Much like wOBA does for getting on-base, Fielding Independent Pitching (FIP) aims to provide further context behind a pitcher’s performance. FIP is similar to ERA, except it attempts to isolate events that the pitcher has control over and exclude ones they do not. In other words, FIP focuses on strikeouts, (unintentional) walks, hit-by-pitches, and homeruns. It excludes batted balls hit into the field of play, eliminating the influence of both negative and positive defensive influence.
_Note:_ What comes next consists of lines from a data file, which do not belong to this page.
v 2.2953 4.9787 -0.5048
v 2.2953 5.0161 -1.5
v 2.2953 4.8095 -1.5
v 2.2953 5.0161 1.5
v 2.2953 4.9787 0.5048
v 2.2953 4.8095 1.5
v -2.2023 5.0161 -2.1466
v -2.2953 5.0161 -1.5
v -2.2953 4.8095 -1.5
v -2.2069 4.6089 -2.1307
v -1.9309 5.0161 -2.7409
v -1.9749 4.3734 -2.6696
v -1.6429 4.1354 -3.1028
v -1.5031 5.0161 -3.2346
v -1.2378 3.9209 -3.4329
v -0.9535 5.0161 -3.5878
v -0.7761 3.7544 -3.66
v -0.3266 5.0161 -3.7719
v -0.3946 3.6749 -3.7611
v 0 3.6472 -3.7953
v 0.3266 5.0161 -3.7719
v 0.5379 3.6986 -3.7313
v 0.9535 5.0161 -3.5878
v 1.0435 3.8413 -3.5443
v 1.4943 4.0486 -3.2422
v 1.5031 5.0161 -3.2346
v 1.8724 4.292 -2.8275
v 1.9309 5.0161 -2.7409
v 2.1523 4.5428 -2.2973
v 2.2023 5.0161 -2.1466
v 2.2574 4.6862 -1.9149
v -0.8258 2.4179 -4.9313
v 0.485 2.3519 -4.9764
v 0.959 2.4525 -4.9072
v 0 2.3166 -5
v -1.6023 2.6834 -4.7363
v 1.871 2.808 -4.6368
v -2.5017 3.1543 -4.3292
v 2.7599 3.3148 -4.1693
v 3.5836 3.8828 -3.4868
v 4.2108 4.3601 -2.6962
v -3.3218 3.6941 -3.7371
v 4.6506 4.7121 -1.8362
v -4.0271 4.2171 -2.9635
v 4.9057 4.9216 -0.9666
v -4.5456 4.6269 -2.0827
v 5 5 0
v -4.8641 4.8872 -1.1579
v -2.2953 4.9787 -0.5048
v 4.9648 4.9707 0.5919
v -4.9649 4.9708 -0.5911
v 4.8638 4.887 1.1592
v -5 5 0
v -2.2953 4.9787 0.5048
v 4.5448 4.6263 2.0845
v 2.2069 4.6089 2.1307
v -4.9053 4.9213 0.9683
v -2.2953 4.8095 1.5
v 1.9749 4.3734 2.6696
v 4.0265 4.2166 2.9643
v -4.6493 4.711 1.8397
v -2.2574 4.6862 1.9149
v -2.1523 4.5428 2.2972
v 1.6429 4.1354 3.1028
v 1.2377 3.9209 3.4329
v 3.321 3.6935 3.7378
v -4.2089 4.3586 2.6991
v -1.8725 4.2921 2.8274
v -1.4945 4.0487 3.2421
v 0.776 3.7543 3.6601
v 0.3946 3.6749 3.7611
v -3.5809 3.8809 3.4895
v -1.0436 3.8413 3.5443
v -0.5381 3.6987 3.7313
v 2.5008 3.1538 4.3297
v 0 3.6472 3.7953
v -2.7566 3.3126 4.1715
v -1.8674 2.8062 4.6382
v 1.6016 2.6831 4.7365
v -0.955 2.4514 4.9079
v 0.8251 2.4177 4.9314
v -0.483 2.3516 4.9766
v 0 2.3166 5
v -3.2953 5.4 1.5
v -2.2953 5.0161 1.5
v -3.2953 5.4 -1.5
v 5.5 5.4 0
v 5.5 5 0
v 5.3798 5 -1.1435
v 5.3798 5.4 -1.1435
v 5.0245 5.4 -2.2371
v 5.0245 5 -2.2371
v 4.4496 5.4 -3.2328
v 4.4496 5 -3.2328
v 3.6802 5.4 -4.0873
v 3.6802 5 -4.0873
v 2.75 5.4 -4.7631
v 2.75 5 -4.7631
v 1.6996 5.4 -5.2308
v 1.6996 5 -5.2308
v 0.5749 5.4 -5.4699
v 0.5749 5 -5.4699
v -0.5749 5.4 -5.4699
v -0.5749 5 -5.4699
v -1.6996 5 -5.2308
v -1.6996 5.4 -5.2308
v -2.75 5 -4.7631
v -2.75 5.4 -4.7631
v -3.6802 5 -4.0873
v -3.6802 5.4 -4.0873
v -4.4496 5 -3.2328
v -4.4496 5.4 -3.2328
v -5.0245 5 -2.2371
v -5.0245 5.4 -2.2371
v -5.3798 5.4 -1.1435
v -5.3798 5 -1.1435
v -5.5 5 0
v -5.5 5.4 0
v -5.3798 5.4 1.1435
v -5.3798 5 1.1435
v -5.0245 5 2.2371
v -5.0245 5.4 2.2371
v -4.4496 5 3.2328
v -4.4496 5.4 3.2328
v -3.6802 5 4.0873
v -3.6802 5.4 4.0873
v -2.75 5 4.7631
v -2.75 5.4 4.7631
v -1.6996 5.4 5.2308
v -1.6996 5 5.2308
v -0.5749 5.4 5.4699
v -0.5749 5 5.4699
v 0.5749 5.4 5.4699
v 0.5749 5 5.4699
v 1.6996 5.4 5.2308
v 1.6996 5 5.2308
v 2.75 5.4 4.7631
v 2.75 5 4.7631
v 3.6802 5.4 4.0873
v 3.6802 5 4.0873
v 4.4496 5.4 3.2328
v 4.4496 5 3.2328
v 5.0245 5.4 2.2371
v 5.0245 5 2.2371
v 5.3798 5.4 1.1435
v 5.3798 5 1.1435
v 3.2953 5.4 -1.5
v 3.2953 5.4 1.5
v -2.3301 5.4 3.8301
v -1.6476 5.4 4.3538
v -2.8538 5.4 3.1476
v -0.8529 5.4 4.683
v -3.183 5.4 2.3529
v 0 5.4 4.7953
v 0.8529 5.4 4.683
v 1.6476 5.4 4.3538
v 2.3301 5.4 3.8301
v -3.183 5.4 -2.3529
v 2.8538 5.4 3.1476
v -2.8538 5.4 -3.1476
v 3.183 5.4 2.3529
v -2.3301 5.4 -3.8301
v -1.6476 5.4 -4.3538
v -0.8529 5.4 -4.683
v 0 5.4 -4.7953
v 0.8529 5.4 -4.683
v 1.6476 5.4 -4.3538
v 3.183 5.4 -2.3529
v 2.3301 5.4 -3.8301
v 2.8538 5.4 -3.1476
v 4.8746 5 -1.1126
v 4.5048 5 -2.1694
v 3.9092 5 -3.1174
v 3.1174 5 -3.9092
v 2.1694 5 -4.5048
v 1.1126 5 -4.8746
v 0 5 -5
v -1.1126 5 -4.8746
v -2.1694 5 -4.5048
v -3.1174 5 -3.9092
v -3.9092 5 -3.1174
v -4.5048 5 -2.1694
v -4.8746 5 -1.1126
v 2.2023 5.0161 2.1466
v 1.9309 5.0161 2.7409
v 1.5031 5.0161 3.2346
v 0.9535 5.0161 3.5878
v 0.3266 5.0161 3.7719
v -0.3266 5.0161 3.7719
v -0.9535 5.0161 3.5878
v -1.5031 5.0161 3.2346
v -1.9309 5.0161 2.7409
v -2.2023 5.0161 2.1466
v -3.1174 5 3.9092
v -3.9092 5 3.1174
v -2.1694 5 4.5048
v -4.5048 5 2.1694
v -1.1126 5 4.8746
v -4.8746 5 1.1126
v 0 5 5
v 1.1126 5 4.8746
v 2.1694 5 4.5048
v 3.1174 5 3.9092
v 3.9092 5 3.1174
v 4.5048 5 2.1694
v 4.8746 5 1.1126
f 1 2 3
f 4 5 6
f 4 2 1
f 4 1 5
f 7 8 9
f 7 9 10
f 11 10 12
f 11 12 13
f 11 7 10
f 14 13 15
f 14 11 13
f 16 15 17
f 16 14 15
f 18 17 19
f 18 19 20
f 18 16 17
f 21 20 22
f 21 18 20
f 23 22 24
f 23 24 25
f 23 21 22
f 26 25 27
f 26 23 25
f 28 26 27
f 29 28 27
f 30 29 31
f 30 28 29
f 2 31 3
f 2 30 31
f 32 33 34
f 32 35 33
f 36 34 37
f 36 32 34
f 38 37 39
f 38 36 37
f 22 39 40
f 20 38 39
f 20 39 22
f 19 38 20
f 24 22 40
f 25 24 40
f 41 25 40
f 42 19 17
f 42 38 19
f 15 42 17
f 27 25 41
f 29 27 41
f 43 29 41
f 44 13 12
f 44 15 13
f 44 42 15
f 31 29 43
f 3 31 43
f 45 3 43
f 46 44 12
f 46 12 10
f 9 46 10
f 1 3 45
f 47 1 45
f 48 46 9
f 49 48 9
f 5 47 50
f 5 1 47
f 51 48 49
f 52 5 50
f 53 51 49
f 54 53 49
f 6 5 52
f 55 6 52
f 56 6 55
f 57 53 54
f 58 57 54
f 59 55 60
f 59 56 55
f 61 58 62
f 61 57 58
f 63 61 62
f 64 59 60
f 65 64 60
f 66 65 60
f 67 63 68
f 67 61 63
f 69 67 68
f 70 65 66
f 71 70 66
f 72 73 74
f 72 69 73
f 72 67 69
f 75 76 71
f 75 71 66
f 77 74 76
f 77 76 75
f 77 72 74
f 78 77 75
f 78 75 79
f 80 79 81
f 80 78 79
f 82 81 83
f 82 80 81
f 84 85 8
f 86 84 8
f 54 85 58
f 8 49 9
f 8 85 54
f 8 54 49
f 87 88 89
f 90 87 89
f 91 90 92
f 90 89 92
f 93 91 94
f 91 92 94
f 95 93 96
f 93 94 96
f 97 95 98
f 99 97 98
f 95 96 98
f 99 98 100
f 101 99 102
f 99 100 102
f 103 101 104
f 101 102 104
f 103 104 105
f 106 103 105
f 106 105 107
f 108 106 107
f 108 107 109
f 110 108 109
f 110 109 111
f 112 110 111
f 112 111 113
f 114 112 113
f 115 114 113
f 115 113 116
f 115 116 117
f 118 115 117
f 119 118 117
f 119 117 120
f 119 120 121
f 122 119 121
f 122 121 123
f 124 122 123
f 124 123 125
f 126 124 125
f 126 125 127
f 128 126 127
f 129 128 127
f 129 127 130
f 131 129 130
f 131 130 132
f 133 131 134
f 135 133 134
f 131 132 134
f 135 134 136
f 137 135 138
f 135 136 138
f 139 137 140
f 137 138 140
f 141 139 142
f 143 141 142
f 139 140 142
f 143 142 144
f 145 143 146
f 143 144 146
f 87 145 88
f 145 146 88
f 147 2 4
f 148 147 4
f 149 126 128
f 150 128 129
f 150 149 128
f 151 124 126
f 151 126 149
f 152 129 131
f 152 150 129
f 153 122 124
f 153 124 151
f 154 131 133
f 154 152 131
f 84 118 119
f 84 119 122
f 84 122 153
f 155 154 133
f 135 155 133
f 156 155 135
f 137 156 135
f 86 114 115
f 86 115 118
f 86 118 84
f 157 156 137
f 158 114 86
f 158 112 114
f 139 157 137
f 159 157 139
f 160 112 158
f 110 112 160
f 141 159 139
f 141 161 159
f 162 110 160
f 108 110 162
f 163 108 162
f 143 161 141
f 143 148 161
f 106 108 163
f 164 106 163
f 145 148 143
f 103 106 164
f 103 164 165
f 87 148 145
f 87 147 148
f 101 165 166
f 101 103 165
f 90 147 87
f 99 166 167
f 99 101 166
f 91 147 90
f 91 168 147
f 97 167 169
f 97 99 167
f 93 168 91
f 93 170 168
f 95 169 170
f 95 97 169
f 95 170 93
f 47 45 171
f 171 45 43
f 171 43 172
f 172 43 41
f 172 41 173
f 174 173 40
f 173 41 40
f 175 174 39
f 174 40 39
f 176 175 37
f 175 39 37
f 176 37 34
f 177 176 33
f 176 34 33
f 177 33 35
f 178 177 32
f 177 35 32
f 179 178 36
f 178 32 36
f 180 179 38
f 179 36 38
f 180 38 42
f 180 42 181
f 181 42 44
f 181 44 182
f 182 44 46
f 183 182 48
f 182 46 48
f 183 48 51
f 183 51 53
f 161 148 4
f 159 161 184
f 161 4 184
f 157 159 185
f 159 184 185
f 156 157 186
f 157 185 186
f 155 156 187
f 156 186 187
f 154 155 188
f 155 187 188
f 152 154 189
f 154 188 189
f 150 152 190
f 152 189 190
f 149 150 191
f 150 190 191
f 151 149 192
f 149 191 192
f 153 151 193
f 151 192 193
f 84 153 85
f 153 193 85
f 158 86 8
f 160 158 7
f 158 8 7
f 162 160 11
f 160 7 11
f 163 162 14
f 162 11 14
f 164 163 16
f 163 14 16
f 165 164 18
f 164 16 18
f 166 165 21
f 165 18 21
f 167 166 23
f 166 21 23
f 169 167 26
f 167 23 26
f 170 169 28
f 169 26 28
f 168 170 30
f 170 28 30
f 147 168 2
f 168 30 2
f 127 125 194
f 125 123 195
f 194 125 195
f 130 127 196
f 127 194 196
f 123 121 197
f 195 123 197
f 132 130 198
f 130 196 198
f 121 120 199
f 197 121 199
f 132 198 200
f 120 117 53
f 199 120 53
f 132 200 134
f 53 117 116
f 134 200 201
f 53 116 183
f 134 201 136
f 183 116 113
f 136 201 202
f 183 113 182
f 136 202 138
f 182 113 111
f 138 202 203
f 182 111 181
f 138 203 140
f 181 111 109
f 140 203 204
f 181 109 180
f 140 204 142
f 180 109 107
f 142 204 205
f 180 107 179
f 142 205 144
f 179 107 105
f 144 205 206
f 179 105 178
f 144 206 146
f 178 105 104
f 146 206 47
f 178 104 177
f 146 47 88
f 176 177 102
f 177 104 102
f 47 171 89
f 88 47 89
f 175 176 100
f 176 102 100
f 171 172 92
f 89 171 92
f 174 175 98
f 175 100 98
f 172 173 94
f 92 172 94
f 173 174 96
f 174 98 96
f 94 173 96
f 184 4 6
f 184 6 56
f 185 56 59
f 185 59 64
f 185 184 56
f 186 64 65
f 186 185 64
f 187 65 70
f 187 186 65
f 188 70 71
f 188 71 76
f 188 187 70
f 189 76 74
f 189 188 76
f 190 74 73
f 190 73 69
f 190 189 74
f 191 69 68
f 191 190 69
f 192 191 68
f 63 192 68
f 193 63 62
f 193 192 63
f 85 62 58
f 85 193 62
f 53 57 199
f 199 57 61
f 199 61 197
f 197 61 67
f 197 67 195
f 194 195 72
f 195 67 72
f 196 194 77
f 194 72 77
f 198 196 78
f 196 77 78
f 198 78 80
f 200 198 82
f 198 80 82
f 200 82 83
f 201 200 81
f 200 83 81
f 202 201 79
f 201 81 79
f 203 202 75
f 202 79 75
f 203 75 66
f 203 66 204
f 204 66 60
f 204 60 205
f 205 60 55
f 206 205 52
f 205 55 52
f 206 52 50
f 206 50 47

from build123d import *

# Parameters (mm, degrees)
SKETCH1_R               = 5
BOSS_EXTRUDE1_DEPTH     = 5
SKETCH2_R               = 5.5
BOSS_EXTRUDE2_DEPTH     = 0.4
CUT_EXTRUDE1_DEPTH      = 6.4
SKETCH5_R               = 6
CUT_EXTRUDE2_DEPTH      = 6.5
CUT_EXTRUDE2_DEPTH_BACK = 6.5
CHAMFER4_SIZE           = 1
CHAMFER4_SIZE2          = 0.383864035


with BuildPart() as part:
    # Sketch1 → Boss-Extrude1 (new body)
    with BuildSketch(Plane(origin=(0, 0, 0), x_dir=(1, 0, 0), z_dir=(0, 1, 0))):
        Circle(SKETCH1_R)
    extrude(amount=BOSS_EXTRUDE1_DEPTH)

    # Sketch2 → Boss-Extrude2 (add)
    with BuildSketch(Plane(origin=(0, 5, 0), x_dir=(1, 0, 0), z_dir=(0, 1, 0))):
        Circle(SKETCH2_R)
    extrude(amount=BOSS_EXTRUDE2_DEPTH)

    # Sketch4 → Cut-Extrude1 (cut, through all)
    with BuildSketch(Plane(origin=(0, 5.4, 0), x_dir=(1, 0, 0), z_dir=(0, 1, 0))):
        with BuildLine():
            Line((2.295250379, 1.5), (2.295250379, -1.5))
            ThreePointArc((2.295250379, -1.5), (0, -3.795250379), (-2.295250379, -1.5))
            Line((-2.295250379, -1.5), (-2.295250379, 1.5))
            ThreePointArc((-2.295250379, 1.5), (0, 3.795250379), (2.295250379, 1.5))
        make_face()
    extrude(amount=-CUT_EXTRUDE1_DEPTH, mode=Mode.SUBTRACT)

    # Sketch5 → Cut-Extrude2 (cut, two sides)
    with BuildSketch(Plane(origin=(0, 0, 0), x_dir=(0, 0, -1), z_dir=(1, 0, 0))) as cut_extrude2_sk:
        with Locations((0, -1)):
            Circle(SKETCH5_R)
    extrude(amount=CUT_EXTRUDE2_DEPTH, mode=Mode.SUBTRACT)
    extrude(cut_extrude2_sk.sketch, amount=-CUT_EXTRUDE2_DEPTH_BACK, mode=Mode.SUBTRACT)

    # Chamfer4
    chamfer4_edges = [part.edges().sort_by_distance(p)[0] for p in [
        (0, 5.4, -3.795250379),
        (-2.295250379, 5.4, 0),
        (0, 5.4, 3.795250379),
        (2.295250379, 5.4, 0),
    ]]
    chamfer4_side = [part.faces().sort_by_distance(p)[0] for p in [
        (-5.344436508, 5.4, 0),
    ]]
    chamfer(chamfer4_edges, length=CHAMFER4_SIZE, length2=CHAMFER4_SIZE2, reference=chamfer4_side[0])


solid = part.part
As with wOBA, interpretation of a pitcher’s FIP is done relative to a more well-known measure. The FIP calculation is scaled to match that of the league’s ERA. Thus, FIP can be compared directly to ERA. For example, if a pitcher surrenders a high batting average on balls in play (BABIP), his FIP will likely be lower than his ERA, as most batted balls are excluded from the FIP equation.
WAR is far from a perfect measure. Reducing player analysis to a singular statistic is a practice prone to error. Any singular statistic does not provide sufficient context to truly judge a player’s value. Individual baseball plays are far too complex for one statistic to tell the whole story.
However, one of the biggest issues with WAR is not how much or how little it tells us about a player. The calculation of WAR is not standardized, resulting in varying measures depending on which version of WAR you are referencing. Baseball Reference (bWAR) and Fangraphs (fWAR) differ in their measure of fielding runs: bWAR uses Defensive Runs Saved (DRS), while fWAR uses UZR. Although these statistics aim to accomplish the same goal of quantifying defensive ability, the slight differences can result in drastically different WAR calculations for some position players. The resulting values cannot be used interchangeably. Thus, when assessing a player’s WAR, we must be careful to consider both the context of the measure and its method of calculation.
Finally, a growing question involves Shohei Ohtani, the current leader in WAR for the 2023 season. How does WAR account for two-way players such as Ohtani? As a follow-up to this article, I will be diving into how Ohtani’s WAR is calculated and whether the measure gives an accurate assessment of the phenom’s value.